Recorded data —
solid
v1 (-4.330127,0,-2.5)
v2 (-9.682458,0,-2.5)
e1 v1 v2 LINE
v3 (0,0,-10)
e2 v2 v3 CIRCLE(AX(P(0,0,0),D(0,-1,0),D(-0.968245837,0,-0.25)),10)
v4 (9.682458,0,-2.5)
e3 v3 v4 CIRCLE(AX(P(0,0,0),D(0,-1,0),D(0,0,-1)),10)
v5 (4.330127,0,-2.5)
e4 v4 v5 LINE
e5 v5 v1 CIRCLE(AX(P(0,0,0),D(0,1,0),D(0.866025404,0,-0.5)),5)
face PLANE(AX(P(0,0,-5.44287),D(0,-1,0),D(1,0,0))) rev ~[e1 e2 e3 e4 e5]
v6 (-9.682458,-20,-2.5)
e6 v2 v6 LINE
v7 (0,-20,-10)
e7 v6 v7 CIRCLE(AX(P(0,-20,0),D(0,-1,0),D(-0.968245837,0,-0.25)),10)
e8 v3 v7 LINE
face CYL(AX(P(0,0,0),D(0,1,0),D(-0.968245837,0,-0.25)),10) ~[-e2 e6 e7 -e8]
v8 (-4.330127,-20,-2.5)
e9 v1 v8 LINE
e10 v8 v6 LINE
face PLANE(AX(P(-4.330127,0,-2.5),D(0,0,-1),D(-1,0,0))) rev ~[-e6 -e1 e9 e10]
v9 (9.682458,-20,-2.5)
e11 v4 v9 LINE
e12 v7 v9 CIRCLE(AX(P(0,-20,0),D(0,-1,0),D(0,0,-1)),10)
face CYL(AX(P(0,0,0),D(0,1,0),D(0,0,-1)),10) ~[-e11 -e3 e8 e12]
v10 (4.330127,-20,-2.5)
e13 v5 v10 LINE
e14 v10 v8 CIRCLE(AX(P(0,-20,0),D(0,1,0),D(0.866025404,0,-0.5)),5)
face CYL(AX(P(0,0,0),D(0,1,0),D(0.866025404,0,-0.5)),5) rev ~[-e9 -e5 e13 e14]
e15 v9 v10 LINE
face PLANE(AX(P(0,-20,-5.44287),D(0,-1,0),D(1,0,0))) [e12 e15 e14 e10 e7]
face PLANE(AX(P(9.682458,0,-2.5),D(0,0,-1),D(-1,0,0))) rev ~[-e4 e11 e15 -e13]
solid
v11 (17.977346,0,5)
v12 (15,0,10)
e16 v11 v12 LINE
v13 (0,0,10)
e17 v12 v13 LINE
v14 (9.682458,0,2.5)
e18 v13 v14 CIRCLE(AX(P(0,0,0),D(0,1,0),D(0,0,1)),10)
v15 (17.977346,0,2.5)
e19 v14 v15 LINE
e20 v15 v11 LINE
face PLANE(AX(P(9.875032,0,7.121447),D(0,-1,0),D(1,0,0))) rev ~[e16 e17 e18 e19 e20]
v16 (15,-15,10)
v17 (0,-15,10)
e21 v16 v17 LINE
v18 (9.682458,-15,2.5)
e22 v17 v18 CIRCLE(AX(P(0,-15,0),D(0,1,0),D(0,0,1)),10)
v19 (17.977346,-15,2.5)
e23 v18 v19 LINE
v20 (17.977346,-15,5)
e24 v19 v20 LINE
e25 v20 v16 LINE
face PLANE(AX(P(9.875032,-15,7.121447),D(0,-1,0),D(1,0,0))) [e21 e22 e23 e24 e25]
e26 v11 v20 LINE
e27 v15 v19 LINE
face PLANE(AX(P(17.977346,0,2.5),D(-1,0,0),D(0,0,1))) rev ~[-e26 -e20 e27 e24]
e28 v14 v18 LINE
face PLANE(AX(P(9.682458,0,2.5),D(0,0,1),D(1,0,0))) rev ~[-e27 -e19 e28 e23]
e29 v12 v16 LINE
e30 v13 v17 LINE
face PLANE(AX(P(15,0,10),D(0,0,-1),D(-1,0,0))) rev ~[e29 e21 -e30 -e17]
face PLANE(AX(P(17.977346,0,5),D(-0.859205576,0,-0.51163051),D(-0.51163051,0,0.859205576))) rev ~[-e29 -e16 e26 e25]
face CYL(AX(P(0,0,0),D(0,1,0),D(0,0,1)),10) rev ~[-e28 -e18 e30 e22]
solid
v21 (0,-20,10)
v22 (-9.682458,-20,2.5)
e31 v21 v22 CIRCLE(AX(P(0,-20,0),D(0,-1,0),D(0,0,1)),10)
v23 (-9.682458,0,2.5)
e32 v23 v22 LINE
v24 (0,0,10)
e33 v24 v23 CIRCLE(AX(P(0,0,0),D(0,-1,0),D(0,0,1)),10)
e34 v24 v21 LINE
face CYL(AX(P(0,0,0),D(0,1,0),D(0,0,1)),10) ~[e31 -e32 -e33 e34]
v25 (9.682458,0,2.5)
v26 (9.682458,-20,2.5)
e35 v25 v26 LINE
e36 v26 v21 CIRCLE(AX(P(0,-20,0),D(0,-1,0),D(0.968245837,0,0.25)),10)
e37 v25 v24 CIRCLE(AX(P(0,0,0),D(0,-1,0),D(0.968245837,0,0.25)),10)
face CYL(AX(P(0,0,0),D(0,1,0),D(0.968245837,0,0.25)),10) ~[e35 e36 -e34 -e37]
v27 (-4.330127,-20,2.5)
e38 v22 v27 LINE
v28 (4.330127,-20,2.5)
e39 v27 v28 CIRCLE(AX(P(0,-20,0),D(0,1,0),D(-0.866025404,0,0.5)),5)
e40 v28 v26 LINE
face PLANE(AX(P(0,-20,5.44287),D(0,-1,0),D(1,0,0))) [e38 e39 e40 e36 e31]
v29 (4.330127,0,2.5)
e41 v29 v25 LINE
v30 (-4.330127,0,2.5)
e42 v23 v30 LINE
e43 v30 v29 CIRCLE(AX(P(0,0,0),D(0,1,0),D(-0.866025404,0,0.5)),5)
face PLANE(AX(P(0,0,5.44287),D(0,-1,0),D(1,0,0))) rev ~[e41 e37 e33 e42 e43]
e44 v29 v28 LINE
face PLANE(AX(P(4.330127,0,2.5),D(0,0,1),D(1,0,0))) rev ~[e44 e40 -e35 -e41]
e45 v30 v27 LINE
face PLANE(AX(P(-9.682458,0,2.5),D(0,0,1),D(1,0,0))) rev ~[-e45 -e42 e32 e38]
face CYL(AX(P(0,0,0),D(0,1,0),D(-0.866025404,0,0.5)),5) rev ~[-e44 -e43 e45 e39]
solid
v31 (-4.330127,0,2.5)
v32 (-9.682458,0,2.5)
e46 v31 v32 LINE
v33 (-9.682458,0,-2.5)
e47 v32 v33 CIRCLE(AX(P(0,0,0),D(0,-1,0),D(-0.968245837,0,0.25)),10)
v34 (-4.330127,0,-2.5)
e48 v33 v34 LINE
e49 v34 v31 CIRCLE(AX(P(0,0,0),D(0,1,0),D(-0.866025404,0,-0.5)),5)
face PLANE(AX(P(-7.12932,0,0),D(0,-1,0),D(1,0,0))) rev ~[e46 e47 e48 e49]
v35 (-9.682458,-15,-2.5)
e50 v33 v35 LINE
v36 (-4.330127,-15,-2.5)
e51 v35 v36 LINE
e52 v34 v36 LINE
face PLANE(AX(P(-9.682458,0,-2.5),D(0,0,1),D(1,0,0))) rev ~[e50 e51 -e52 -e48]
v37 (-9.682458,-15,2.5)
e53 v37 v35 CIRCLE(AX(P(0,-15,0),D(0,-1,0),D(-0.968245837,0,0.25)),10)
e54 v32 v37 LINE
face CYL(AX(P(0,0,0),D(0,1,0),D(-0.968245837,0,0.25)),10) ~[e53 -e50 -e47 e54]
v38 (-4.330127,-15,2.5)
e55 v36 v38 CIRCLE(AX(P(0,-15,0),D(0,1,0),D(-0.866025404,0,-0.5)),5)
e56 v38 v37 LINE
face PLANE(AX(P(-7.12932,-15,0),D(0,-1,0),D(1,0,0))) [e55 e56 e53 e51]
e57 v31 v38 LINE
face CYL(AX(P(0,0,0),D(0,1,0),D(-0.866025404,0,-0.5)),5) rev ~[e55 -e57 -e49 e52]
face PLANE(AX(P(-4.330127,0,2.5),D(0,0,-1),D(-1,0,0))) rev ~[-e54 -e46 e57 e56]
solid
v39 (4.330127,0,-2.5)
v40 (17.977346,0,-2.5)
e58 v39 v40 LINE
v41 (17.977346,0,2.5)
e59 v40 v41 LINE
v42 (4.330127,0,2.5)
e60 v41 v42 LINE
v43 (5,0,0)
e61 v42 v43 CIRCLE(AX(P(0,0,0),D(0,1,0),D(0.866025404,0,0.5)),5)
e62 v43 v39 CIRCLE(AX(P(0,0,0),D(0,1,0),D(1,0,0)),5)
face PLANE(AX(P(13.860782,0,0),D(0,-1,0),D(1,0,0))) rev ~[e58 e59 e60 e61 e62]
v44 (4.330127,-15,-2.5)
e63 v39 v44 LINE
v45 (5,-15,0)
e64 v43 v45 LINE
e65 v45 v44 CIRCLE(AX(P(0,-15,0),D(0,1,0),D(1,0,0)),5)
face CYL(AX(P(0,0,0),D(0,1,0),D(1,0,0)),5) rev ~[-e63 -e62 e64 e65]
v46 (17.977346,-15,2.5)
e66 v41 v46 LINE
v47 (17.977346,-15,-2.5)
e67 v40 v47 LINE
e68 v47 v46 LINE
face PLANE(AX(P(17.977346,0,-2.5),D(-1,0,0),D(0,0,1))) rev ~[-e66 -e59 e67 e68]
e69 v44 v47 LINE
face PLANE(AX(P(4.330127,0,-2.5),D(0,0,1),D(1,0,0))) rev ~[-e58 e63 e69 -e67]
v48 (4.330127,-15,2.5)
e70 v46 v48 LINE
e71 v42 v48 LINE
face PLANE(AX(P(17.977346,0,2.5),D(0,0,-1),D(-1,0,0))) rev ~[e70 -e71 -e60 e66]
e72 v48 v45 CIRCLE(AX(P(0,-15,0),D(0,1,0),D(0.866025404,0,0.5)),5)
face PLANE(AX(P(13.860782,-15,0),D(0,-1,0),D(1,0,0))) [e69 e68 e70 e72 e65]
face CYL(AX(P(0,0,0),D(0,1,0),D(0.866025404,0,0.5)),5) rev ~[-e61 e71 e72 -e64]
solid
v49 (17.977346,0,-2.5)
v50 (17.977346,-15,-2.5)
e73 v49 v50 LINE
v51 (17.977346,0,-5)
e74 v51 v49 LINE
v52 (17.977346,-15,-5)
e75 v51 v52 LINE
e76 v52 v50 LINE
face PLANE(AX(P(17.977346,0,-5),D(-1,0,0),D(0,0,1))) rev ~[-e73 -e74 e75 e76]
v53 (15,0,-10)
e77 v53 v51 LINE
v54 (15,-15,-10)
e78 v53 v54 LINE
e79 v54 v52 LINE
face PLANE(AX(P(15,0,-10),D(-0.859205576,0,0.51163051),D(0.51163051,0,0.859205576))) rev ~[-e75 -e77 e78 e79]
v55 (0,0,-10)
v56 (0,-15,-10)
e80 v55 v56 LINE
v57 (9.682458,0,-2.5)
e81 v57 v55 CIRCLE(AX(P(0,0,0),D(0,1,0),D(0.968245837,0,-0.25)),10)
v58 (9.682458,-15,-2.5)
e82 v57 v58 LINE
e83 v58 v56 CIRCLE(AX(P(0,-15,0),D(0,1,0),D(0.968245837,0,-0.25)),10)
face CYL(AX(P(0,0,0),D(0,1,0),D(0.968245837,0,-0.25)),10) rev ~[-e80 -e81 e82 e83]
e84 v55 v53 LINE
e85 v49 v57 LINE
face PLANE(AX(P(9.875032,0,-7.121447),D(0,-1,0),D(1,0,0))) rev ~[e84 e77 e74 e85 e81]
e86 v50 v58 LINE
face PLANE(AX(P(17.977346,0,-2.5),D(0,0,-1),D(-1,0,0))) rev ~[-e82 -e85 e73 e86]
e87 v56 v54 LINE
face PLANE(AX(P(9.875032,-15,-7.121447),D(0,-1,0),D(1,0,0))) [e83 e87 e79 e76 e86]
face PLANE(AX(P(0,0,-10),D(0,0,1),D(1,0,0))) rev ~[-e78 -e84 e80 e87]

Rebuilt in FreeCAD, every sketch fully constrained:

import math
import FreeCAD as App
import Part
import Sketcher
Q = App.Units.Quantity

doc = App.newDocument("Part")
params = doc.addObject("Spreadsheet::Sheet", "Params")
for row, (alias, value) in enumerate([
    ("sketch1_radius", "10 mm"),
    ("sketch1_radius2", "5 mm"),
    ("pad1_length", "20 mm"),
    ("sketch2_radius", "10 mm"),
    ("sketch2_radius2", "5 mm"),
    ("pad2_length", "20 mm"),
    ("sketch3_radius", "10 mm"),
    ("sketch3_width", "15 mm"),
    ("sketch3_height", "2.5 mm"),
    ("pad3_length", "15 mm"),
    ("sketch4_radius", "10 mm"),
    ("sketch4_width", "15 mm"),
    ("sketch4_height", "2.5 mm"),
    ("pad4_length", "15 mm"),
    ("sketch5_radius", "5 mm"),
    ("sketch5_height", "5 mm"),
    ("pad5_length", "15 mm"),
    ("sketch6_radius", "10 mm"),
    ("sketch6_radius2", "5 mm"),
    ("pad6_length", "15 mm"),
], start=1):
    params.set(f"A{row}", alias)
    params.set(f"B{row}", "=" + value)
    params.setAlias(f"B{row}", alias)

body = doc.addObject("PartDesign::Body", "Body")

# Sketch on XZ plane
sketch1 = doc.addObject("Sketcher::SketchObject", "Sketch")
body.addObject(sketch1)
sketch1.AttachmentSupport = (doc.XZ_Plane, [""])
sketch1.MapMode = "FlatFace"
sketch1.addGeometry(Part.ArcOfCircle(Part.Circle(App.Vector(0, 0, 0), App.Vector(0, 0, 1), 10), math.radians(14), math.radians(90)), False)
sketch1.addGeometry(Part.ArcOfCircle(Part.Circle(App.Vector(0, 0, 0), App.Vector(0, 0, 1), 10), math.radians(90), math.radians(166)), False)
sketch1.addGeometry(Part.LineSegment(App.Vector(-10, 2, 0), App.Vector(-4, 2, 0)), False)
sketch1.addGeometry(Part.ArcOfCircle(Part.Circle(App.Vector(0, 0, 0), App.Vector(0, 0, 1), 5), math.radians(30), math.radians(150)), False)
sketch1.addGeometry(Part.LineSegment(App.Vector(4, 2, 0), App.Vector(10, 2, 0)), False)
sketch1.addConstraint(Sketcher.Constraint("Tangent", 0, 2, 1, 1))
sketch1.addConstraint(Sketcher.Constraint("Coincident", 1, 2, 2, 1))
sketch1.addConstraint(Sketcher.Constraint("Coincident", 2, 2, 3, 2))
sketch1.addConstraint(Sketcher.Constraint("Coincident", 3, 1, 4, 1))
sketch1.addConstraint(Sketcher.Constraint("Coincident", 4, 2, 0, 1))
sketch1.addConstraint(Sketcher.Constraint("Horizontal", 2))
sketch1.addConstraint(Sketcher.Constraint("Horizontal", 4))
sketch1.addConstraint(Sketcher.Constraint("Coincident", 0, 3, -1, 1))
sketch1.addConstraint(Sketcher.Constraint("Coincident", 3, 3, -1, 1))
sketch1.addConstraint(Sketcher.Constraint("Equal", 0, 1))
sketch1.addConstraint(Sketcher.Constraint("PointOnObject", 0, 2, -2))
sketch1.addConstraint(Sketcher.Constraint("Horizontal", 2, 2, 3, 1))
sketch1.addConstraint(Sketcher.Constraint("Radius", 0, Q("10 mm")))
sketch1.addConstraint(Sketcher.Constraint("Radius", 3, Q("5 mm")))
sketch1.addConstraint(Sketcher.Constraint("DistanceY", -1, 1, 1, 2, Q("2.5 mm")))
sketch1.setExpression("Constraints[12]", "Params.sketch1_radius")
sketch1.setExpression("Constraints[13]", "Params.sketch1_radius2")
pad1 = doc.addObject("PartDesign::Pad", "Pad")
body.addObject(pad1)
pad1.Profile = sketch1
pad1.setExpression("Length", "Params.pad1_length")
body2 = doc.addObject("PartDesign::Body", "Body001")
---
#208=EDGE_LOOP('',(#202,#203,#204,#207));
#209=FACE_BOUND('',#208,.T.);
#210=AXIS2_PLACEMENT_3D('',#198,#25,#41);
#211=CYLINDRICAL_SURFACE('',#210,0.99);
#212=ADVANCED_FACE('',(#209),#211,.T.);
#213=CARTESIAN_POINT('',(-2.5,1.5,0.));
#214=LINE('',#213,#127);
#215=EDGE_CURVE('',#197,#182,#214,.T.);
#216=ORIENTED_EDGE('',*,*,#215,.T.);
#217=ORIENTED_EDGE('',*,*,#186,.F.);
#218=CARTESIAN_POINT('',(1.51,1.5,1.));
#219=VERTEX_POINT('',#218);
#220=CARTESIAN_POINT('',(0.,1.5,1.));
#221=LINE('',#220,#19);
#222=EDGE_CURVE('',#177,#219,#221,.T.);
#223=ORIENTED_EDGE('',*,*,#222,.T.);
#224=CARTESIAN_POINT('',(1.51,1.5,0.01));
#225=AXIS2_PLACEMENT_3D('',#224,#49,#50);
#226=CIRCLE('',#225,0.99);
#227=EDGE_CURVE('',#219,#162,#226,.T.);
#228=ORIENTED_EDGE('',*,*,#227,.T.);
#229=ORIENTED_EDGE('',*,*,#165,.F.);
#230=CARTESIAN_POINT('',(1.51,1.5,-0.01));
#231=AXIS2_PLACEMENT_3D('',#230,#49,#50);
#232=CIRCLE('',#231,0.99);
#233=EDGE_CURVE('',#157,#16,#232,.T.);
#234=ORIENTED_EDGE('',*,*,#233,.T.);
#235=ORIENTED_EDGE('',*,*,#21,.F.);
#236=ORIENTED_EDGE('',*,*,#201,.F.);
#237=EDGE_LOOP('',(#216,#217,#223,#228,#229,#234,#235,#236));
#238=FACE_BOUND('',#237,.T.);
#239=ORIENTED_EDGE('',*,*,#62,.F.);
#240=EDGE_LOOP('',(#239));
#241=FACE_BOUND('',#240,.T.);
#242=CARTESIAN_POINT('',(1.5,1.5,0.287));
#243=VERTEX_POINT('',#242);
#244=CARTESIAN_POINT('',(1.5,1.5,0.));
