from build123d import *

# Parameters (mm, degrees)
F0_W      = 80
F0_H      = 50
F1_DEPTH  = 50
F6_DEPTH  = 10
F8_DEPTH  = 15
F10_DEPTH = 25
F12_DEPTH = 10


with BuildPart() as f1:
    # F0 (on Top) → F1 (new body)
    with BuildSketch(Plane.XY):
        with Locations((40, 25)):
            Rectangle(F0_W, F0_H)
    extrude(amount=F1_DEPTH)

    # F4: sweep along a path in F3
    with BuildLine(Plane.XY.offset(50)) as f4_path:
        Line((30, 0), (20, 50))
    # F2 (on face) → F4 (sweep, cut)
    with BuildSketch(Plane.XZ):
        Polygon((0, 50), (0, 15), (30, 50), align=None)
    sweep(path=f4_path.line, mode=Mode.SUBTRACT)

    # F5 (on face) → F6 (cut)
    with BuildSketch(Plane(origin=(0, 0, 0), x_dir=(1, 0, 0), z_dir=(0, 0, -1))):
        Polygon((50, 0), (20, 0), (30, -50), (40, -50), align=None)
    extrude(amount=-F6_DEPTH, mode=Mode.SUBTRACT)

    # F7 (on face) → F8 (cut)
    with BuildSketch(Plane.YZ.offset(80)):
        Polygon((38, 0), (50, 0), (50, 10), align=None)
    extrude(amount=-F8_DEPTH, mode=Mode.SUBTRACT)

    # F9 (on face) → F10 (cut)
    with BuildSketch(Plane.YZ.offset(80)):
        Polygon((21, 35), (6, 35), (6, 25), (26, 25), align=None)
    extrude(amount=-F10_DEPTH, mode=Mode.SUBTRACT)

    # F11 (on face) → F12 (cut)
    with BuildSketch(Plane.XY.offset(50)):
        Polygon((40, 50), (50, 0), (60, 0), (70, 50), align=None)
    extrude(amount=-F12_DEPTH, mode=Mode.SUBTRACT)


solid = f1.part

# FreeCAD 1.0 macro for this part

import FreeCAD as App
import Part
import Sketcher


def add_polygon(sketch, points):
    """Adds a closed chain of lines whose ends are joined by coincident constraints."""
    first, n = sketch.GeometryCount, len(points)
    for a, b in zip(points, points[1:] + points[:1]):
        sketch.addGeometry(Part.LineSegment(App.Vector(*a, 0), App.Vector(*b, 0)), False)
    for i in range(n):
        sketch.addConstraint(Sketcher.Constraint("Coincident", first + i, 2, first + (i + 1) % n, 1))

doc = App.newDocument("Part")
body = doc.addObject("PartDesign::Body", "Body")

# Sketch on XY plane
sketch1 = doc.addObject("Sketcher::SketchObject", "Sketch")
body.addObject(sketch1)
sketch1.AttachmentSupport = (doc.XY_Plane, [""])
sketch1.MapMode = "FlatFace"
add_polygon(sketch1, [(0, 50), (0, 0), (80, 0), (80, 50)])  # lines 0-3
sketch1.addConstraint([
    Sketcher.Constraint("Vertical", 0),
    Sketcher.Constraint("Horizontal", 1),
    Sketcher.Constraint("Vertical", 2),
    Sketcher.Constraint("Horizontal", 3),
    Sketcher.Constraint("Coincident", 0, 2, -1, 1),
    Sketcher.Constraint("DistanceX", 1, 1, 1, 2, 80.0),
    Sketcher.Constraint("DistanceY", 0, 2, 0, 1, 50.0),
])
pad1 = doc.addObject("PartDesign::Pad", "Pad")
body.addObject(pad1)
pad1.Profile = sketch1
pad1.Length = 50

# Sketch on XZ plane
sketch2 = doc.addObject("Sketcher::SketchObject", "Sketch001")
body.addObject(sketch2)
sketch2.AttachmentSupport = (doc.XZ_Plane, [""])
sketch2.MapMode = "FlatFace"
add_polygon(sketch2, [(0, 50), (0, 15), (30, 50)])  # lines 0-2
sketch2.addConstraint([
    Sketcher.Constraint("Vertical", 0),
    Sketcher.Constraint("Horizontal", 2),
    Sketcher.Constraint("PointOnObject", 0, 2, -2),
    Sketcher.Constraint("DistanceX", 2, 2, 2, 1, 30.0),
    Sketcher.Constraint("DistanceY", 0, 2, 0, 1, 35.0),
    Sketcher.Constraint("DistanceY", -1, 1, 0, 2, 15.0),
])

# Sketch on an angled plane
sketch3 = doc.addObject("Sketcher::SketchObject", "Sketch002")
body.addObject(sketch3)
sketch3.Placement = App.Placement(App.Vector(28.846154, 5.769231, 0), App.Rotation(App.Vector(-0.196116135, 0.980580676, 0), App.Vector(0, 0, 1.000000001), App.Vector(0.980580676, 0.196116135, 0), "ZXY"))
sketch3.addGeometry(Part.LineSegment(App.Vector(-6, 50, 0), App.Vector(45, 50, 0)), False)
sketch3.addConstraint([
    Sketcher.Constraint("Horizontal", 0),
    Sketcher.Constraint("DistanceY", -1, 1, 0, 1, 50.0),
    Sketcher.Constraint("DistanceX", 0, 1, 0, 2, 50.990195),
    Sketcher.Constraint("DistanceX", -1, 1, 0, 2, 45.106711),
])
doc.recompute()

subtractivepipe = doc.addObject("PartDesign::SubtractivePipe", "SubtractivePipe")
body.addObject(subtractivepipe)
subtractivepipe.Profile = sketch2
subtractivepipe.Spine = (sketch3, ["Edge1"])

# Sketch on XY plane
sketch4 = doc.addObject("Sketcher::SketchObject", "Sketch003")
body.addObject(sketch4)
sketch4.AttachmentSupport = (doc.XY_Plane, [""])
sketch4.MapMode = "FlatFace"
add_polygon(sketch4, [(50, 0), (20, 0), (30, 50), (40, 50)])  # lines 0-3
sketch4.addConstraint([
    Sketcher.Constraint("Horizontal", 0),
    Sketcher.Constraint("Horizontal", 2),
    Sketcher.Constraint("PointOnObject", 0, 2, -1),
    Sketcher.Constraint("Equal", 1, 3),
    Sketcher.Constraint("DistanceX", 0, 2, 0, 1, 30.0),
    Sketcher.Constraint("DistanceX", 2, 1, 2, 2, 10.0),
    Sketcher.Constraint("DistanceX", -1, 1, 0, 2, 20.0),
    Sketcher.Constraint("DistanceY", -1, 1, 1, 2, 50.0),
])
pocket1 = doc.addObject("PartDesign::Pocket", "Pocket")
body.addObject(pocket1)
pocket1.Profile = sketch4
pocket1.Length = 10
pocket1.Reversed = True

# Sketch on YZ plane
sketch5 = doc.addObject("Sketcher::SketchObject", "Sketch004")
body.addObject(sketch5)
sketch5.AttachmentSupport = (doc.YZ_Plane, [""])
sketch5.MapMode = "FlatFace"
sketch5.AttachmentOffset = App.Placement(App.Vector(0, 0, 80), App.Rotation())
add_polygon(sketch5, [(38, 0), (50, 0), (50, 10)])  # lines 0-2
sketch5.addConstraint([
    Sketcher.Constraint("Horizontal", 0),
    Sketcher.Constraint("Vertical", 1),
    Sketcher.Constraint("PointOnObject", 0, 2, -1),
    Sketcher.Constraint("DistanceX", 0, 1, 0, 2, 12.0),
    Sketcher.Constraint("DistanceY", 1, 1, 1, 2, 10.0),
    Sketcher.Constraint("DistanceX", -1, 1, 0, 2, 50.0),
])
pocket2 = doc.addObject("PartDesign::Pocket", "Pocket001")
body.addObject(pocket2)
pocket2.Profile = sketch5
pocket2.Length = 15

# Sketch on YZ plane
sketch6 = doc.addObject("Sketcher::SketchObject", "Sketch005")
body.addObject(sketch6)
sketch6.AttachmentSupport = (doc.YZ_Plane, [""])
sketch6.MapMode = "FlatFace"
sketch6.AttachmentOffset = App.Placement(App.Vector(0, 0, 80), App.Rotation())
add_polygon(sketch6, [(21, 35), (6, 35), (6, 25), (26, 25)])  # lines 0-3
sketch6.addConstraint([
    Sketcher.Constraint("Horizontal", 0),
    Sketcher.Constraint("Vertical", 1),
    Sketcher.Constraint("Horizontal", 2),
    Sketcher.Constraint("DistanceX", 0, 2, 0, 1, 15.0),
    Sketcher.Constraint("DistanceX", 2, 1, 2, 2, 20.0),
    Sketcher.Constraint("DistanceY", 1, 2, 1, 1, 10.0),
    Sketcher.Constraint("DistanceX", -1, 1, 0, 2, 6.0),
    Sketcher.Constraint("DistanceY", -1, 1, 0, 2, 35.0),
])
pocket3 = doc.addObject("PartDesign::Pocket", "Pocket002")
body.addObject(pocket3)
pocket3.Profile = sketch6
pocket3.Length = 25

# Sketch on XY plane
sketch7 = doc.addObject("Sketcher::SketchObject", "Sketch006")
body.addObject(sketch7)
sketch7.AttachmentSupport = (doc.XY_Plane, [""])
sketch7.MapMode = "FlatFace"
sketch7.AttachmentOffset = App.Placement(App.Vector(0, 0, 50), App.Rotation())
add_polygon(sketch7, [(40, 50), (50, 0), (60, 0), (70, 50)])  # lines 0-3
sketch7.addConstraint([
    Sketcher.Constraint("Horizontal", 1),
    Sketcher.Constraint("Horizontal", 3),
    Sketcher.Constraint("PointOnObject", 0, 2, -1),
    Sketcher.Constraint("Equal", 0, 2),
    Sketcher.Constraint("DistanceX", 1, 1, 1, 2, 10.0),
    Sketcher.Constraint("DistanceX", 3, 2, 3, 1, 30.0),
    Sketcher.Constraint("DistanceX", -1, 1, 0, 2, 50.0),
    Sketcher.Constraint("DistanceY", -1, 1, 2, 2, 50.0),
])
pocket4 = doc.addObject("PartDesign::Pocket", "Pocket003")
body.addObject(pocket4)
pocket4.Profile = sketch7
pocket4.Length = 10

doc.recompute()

Your assignment — In the data above, tally the lines that contain the string "BuildSketch" and give that figure alone.

Solution to the problem — 6